Konsumorientierung ist ein zentrales Merkmal der Postmoderne. Der Mensch hat die Religion abgestreift, er geht nicht mehr in die Kirche sondern betet nun an im „Konsumtempel“. Amerikanische „Malls“ machen es vor und schwappen nach Europa, und auch nach Deutschland. Freizeit kann nun vollständig mit Konsum ausgefüllt werden. Der Alltag wird zu einer Welt des Konsums und ist im Sinn des pm Menschen nicht ein Ort, wo man möglicherweise seine Seele verlieren bzw., positiv ausgedrückt, wahres Leben finden kann. Pasolini führte in den 1970ern den Begriff des „Konsumismus“ ein, um diese Entwicklung in der westlichen Welt zu beschreiben. Der pm Mensch ist konsumhungrig, erliegt seinem Kaufraum und leidet oft unter Kaufzwang. Werbung kreiert Bedürfnisse, die der Verbraucher eigentlich nicht hat und leitet ihn fatalerweise in einen endlosen Kreislauf der „pursuits of wants“ (Wells, S.41) – “one product after another in a never-ending chain of purchase” (ibid.). Der pm Mensch definiert sein Selbst darüber, wie viel und was er konsumieren kann – und dadurch nach außen hin darzustellen vermag (Einfluss auf Selbstkonzept). Wells kommentiert anschaulich: „We move as nomads from one oasis to another, ever shopping and never stopping, defining ourselves only by what is present and by what can be purchased and experienced.“ (S.89).
Was sind die Ursachen?

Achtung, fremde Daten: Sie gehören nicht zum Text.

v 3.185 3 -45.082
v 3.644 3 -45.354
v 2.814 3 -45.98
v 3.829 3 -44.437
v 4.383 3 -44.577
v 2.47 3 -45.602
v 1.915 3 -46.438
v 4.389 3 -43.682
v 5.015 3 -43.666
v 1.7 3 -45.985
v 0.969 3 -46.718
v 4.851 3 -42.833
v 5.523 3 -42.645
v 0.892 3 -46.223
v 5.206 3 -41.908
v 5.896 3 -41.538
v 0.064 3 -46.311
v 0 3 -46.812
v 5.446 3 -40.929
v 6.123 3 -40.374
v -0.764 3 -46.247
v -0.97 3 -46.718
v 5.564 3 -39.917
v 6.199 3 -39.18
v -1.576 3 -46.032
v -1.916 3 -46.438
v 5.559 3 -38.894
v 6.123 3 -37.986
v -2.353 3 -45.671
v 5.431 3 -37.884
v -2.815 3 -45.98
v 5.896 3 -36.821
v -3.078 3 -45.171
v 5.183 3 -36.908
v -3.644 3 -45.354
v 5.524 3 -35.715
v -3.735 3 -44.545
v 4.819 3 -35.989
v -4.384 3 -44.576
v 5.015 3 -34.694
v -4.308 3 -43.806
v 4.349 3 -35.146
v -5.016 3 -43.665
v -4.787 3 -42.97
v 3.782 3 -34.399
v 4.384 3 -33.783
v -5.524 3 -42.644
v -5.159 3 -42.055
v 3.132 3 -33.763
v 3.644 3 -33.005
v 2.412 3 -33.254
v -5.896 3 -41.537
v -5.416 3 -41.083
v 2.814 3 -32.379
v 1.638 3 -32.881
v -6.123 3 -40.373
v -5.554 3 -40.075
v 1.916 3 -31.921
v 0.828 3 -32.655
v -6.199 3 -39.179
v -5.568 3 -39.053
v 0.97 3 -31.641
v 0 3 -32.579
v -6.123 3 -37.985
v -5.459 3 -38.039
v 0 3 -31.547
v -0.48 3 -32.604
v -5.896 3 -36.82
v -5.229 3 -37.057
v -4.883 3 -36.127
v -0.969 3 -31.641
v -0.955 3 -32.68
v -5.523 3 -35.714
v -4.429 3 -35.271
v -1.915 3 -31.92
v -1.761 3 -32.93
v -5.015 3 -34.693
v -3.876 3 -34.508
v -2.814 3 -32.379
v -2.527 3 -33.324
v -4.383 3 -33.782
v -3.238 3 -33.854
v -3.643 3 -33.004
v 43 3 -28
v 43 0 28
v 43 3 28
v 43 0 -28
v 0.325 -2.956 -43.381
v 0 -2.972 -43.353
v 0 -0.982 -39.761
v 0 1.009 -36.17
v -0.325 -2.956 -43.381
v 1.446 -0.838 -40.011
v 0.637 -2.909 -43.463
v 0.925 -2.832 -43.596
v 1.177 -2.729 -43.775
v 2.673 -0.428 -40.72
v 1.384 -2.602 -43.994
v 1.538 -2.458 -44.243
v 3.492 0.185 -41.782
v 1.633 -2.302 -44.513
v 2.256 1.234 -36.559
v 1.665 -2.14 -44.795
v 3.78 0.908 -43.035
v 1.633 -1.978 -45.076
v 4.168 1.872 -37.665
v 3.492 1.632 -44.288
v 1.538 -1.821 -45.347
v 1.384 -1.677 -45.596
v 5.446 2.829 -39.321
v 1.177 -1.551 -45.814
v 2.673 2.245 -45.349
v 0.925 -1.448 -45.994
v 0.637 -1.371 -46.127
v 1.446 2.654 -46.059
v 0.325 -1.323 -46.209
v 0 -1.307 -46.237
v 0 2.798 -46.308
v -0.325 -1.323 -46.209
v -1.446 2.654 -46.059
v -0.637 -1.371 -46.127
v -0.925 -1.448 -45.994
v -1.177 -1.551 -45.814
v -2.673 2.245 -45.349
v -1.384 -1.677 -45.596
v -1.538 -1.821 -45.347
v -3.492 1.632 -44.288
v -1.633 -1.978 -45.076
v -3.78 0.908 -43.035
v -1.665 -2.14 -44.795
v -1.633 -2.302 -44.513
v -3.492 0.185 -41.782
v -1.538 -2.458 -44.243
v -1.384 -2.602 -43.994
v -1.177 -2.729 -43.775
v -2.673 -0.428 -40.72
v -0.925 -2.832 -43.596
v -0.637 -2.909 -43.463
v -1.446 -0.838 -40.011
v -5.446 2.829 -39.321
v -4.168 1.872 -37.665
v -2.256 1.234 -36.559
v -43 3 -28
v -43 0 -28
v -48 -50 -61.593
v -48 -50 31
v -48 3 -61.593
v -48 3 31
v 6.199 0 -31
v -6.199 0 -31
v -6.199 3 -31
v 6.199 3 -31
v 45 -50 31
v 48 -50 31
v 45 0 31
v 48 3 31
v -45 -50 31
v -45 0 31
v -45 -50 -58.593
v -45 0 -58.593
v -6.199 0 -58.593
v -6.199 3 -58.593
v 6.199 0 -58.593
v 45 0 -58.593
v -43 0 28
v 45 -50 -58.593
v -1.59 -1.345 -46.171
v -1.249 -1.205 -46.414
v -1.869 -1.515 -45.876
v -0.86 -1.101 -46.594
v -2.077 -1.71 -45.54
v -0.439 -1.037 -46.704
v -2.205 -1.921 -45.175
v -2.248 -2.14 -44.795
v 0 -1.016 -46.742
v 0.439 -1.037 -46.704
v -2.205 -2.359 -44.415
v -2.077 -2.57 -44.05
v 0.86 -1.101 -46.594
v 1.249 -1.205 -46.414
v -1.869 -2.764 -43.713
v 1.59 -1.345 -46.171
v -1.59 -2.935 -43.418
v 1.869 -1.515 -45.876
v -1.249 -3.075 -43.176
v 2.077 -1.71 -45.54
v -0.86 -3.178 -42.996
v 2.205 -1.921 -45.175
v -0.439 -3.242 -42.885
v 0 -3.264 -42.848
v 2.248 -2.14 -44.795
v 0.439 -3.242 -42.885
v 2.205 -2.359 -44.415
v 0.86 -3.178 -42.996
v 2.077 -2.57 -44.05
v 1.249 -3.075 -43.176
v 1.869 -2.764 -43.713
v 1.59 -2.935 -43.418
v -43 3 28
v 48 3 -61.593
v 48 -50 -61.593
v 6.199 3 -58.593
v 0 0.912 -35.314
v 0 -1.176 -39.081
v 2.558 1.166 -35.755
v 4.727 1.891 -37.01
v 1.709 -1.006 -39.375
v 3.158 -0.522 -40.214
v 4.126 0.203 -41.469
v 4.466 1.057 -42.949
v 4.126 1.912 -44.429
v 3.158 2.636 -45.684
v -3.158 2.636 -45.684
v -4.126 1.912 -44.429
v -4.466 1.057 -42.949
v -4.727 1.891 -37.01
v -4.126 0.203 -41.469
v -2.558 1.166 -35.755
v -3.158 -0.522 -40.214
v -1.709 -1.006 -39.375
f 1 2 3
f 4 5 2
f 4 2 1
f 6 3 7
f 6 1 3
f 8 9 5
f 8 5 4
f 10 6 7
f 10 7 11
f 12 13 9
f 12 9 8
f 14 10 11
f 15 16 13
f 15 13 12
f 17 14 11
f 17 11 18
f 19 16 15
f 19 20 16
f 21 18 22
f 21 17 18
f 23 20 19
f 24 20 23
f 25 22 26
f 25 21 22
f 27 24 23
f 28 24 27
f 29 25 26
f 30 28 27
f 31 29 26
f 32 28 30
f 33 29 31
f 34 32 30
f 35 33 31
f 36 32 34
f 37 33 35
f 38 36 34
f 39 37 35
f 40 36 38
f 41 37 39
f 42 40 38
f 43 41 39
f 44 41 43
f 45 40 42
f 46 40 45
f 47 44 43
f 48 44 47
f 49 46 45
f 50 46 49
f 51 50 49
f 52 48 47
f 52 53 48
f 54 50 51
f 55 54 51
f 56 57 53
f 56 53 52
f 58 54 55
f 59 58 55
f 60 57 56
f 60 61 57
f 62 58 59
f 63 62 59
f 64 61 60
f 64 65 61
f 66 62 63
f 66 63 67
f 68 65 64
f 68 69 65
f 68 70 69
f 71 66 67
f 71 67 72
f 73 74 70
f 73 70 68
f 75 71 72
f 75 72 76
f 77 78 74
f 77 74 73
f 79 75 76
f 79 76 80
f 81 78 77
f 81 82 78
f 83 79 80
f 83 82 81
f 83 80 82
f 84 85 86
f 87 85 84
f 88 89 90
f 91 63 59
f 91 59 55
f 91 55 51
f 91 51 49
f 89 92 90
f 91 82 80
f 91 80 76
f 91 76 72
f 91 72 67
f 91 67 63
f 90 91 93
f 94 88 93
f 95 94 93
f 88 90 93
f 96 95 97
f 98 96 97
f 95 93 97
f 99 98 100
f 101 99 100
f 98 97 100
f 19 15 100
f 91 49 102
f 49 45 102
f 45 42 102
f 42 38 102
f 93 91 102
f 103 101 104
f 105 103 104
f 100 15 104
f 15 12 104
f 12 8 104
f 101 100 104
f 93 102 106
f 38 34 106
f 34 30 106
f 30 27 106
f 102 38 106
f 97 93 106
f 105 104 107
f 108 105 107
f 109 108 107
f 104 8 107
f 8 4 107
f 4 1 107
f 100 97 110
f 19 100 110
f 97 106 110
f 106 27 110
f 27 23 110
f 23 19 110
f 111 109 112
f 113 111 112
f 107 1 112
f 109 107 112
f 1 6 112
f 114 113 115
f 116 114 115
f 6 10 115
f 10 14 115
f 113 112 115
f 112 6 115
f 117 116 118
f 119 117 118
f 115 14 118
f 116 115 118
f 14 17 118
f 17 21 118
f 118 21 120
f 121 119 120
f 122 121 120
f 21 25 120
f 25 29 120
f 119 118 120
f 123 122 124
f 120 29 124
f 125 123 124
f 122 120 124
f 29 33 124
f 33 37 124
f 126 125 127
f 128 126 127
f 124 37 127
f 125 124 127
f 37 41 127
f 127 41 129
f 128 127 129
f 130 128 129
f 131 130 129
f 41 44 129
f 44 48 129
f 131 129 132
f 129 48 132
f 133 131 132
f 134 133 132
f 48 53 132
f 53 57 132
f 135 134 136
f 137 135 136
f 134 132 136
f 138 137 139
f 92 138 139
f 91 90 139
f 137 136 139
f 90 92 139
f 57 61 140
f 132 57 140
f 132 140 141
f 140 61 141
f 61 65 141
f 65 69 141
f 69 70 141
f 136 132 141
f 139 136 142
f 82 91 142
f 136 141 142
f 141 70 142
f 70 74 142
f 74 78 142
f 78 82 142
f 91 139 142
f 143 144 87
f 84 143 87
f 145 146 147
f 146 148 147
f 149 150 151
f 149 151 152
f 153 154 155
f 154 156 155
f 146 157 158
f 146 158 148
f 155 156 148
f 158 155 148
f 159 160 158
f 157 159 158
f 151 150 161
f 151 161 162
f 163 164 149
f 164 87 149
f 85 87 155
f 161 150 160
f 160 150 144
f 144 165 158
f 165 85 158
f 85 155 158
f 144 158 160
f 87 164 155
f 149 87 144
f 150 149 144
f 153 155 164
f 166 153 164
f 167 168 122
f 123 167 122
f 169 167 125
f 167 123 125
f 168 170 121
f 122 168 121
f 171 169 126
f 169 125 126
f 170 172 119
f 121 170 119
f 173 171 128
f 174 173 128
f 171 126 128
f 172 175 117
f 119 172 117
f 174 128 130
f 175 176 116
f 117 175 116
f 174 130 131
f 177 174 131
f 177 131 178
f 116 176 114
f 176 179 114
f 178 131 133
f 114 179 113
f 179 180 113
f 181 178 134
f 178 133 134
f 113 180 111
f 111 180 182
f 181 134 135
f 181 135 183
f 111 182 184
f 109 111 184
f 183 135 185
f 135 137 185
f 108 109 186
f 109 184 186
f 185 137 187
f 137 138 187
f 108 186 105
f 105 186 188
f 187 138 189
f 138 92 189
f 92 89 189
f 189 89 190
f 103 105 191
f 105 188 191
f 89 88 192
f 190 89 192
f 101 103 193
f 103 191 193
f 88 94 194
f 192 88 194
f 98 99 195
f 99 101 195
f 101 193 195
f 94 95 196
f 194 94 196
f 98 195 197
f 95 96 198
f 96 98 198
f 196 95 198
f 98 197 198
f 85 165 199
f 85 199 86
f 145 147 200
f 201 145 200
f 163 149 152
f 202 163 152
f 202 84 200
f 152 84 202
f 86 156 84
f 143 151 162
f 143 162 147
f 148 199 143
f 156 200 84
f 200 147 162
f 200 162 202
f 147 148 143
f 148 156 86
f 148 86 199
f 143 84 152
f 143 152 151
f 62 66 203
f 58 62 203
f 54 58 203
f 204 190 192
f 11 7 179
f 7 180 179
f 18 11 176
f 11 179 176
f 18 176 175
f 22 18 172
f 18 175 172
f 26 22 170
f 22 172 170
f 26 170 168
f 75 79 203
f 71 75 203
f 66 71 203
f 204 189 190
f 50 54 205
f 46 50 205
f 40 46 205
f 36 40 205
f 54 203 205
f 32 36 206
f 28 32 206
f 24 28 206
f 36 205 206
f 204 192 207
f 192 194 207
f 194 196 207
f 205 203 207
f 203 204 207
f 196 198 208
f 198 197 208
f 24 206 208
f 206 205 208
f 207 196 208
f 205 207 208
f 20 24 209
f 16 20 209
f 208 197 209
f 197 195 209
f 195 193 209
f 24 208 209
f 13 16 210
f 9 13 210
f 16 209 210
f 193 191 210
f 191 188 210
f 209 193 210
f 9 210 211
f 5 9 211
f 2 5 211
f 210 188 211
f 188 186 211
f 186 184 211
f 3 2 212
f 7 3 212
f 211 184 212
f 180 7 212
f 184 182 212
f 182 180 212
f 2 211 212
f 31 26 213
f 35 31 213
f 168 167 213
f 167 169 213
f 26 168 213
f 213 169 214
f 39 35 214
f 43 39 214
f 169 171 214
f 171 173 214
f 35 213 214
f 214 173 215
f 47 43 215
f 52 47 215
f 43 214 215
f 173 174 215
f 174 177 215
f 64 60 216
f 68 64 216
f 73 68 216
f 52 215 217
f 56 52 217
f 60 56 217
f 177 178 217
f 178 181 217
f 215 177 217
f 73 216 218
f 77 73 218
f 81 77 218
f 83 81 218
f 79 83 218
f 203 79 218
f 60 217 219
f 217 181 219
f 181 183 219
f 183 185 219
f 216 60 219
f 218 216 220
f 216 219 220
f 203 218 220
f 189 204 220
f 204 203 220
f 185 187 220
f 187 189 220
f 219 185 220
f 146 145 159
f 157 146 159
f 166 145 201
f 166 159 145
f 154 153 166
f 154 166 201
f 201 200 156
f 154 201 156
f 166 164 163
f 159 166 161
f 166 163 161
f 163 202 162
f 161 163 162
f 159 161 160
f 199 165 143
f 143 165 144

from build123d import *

# Parameters (mm, degrees)
SKETCH1_W               = 96
SKETCH1_H               = 62
SKETCH1_W_2             = 86
SKETCH1_H_2             = 56
BOSS_EXTRUDE1_DEPTH     = 3
CUT_EXTRUDE1_DEPTH      = 80.713392874
CUT_EXTRUDE1_DEPTH_BACK = 80.713392874
SKETCH6_W               = 96
SKETCH6_H               = 13.293726608
SKETCH8_W               = 41.800696096
SKETCH8_H               = 3
BOSS_EXTRUDE2_DEPTH     = 27.592766
SKETCH9_W               = 41.800696096
SKETCH9_H               = 3
SKETCH9_W_2             = 12.398607808
BOSS_EXTRUDE3_DEPTH     = 3
BOSS_EXTRUDE4_DEPTH     = 50


with BuildPart() as part:
    # Sketch1 → Boss-Extrude1 (new body)
    with BuildSketch(Plane(origin=(0, 0, 0), x_dir=(1, 0, 0), z_dir=(0, 1, 0))):
        Rectangle(SKETCH1_W, SKETCH1_H)
        Rectangle(SKETCH1_W_2, SKETCH1_H_2, mode=Mode.SUBTRACT)
    extrude(amount=BOSS_EXTRUDE1_DEPTH)

    # Sketch8 → Boss-Extrude2 (add)
    with BuildSketch(Plane(origin=(0, 0, -31), x_dir=(-1, 0, 0), z_dir=(0, 0, -1))):
        with Locations((-27.099651952, 1.5)):
            Rectangle(SKETCH8_W, SKETCH8_H)
        with Locations((27.099651952, 1.5)):
            Rectangle(SKETCH8_W, SKETCH8_H)
    extrude(amount=BOSS_EXTRUDE2_DEPTH)


with BuildPart() as body_2:
    # Sketch5 → Revolve4 (revolve)
    with BuildSketch(Plane(origin=(0, 0, 0), x_dir=(0, 0, -1), z_dir=(1, 0, 0))):
        Polygon((42.847766111, -3.264000825), (43.35293319, -2.972342476), (32.435517398, 3.079279916), (29.397254743, 4.191739373), align=None)
    revolve(axis=Axis((0, -3.698755296, -45.694749278), (0, 0.8660254037844369, 0.500000000000003)))

    # Sketch6 → Cut-Extrude1 (cut, two sides: drawn at the far end of the back side and taken through both)
    with BuildSketch(Plane(origin=(0, 0, -31), x_dir=(-1, 0, 0), z_dir=(0, 0, -1)).offset(-CUT_EXTRUDE1_DEPTH_BACK)):
        with Locations((0, 9.646863304)):
            Rectangle(SKETCH6_W, SKETCH6_H)
    extrude(amount=CUT_EXTRUDE1_DEPTH + CUT_EXTRUDE1_DEPTH_BACK, mode=Mode.SUBTRACT)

Es liegt auf der Hand, dass der Konsumismus eine Möglichkeit bietet, das innere Vakuum im postmodernen Menschen auszufüllen. Durch den Verlust absoluter Wahrheit ist der pm Mensch praktisch sinnentleert und folglich auf der Suche nach „Füllung.“ Konsum ist jedoch ein wenig probates Mittel um wahren Hunger nach Sinn und Bedeutung zu stillen. Der Hunger kommt wieder und wieder und ist schließlich unstillbar.
Demgegenüber steht Jesu Angebot in Johannes 10,10: Ich bin gekommen, damit sie Leben haben und es in Überfluß haben. Jesus als das personifizierte Leben (Joh 1,4) ist die einzige Autorität die sinnstiftendes Leben geben kann. Allein Jesus als das Brot des Lebens kann unseren Hunger stillen (Joh 6,35). Jesus entlarvt die Oberflächlichkeit des Konsums. In Jesus ist qualitativ Leben vorhanden, von dem der pm Mensch nicht einmal träumt – unsere Aufgabe ist es, ihm es zu bringen.